Below is an image of what the question board looks like at the start of every round
```{r echo=FALSE, out.width="100%"}
knitr::include_graphics("winning_board.png", error = FALSE)
```
For each category, we can see that for every 2 high value questions, there are 3 low value questions.
If the number of high and low value questions is appreciably different from the 2:3 ratio, we would have reason to believe that a term would be more prevalent in either the low or high value questions.
We can use the chi-squared test to test the null hypothesis that each term is not distributed more to either high or low value questions.

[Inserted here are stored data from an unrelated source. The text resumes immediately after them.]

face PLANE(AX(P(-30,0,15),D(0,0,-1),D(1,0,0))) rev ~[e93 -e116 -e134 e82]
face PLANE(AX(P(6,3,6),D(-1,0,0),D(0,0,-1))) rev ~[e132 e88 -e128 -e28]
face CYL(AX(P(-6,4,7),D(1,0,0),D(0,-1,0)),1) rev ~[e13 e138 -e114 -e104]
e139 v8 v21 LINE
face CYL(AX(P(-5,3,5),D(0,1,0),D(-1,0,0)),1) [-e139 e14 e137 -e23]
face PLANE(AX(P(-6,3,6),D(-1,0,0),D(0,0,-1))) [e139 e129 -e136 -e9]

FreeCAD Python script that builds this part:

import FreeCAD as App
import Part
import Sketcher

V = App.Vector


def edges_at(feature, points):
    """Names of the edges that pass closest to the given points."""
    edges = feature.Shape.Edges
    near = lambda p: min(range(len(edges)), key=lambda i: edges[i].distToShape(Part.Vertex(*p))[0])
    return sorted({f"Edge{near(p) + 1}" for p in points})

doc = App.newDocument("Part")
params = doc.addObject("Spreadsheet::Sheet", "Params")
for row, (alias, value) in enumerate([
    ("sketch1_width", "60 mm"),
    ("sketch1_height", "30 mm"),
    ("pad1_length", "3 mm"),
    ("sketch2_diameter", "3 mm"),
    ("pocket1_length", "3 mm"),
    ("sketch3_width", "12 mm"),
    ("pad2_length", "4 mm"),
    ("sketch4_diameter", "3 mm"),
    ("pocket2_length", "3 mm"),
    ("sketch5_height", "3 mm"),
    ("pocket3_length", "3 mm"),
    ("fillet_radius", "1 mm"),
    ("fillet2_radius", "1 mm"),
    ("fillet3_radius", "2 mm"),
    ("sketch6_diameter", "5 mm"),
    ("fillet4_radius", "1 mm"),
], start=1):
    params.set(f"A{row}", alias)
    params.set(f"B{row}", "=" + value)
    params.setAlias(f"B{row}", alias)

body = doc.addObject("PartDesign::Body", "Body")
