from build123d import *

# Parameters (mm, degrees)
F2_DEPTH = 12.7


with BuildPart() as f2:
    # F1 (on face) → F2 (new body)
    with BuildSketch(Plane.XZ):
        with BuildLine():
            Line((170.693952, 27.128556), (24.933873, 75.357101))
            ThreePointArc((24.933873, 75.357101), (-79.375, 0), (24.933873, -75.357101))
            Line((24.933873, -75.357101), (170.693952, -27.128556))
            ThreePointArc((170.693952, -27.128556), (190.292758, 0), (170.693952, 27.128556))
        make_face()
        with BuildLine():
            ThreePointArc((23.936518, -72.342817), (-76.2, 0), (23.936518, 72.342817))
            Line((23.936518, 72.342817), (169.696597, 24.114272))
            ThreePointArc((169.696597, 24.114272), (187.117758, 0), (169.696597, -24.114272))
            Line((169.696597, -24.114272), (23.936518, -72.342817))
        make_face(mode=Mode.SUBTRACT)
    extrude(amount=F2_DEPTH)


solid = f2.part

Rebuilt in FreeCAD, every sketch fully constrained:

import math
import FreeCAD as App
import Part
import Sketcher
from FreeCAD import Vector
Q = App.Units.Quantity

doc = App.newDocument("Part")
body = doc.addObject("PartDesign::Body", "Body")

sketch1 = body.newObject("Sketcher::SketchObject", "Sketch")
sketch1.AttachmentSupport = (doc.getObject("XZ_Plane"), [""])
sketch1.MapMode = "FlatFace"
sketch1.addGeometry([
    Part.LineSegment(Vector(171, 27, 0), Vector(25, 75, 0)),
    Part.ArcOfCircle(Part.Circle(Vector(0, 0, 0), Vector(0, 0, 1), 79), math.radians(72), math.radians(288)),
    Part.LineSegment(Vector(25, -75, 0), Vector(171, -27, 0)),
    Part.ArcOfCircle(Part.Circle(Vector(162, 0, 0), Vector(0, 0, 1), 29), math.radians(-72), math.radians(72)),
    Part.LineSegment(Vector(170, -24, 0), Vector(24, -72, 0)),
    Part.ArcOfCircle(Part.Circle(Vector(0, 0, 0), Vector(0, 0, 1), 76), math.radians(72), math.radians(288)),
    Part.LineSegment(Vector(24, 72, 0), Vector(170, 24, 0)),
    Part.ArcOfCircle(Part.Circle(Vector(162, 0, 0), Vector(0, 0, 1), 25), math.radians(-72), math.radians(72)),
], False)
sketch1.addConstraint([
    Sketcher.Constraint("Tangent", 0, 2, 1, 1),
    Sketcher.Constraint("Tangent", 1, 2, 2, 1),
    Sketcher.Constraint("Tangent", 2, 2, 3, 1),
    Sketcher.Constraint("Tangent", 3, 2, 0, 1),
    Sketcher.Constraint("Tangent", 4, 2, 5, 2),
    Sketcher.Constraint("Tangent", 5, 1, 6, 1),
    Sketcher.Constraint("Tangent", 6, 2, 7, 2),
    Sketcher.Constraint("Tangent", 7, 1, 4, 1),
    Sketcher.Constraint("Coincident", 1, 3, -1, 1),
    Sketcher.Constraint("Coincident", 5, 3, -1, 1),
    Sketcher.Constraint("Coincident", 7, 3, 3, 3),
    Sketcher.Constraint("PointOnObject", 3, 3, -1),
    Sketcher.Constraint("Parallel", 2, 4),
    Sketcher.Constraint("Radius", 5, Q("3 in")),
    Sketcher.Constraint("Radius", 7, Q("1 in")),
    Sketcher.Constraint("Radius", 1, Q("3.125 in")),
    Sketcher.Constraint("DistanceY", -1, 1, 0, 2, 75.357101),
])
pad1 = body.newObject("PartDesign::Pad", "Pad")
pad1.Profile = sketch1
pad1.Length = Q("0.5 in")

doc.recompute()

```{r message=FALSE, warning=FALSE}
# Going only through the first 20 terms for shortness
# But you can remove the indexing to perform this code on all the terms
values = pull(jeopardy, value)
value_count_data = NULL
for (term in terms_used) {
n_high_value = 0
n_low_value = 0
for (i in 1:length(questions)) {
# Split the sentence into a new vector
split_sentence = str_split(questions[i], " ")[[1]]
# Detect if the term is in the question and its value status
if (term %in% split_sentence & values[i] >= 800) {
n_high_value = n_high_value + 1
} else if (term %in% split_sentence & values[i] < 800) {
n_low_value = n_low_value + 1
}
}
# Testing if the counts for high and low value questions deviates from what we expect
test = chisq.test(c(n_high_value, n_low_value), p = c(2/5, 3/5))
new_row = c(term, n_high_value, n_low_value, test$p.value)
# Append this new row to our
value_count_data = rbind(value_count_data, new_row)
}
```
```{r}
# Take the value count data and put it in a better format
tidy_value_count_data <- as_tibble(value_count_data)
colnames(tidy_value_count_data) = c("term", "n_high", "n_low", "p_value")
head(tidy_value_count_data)
```
We can see from the output that some of the values are less than 5. <br/>
Recall that the chi-squared test is prone to errors when the counts in each of the cells are less than 5. <br/>
We may need to discard these terms and only look at terms where both counts are greater than 5.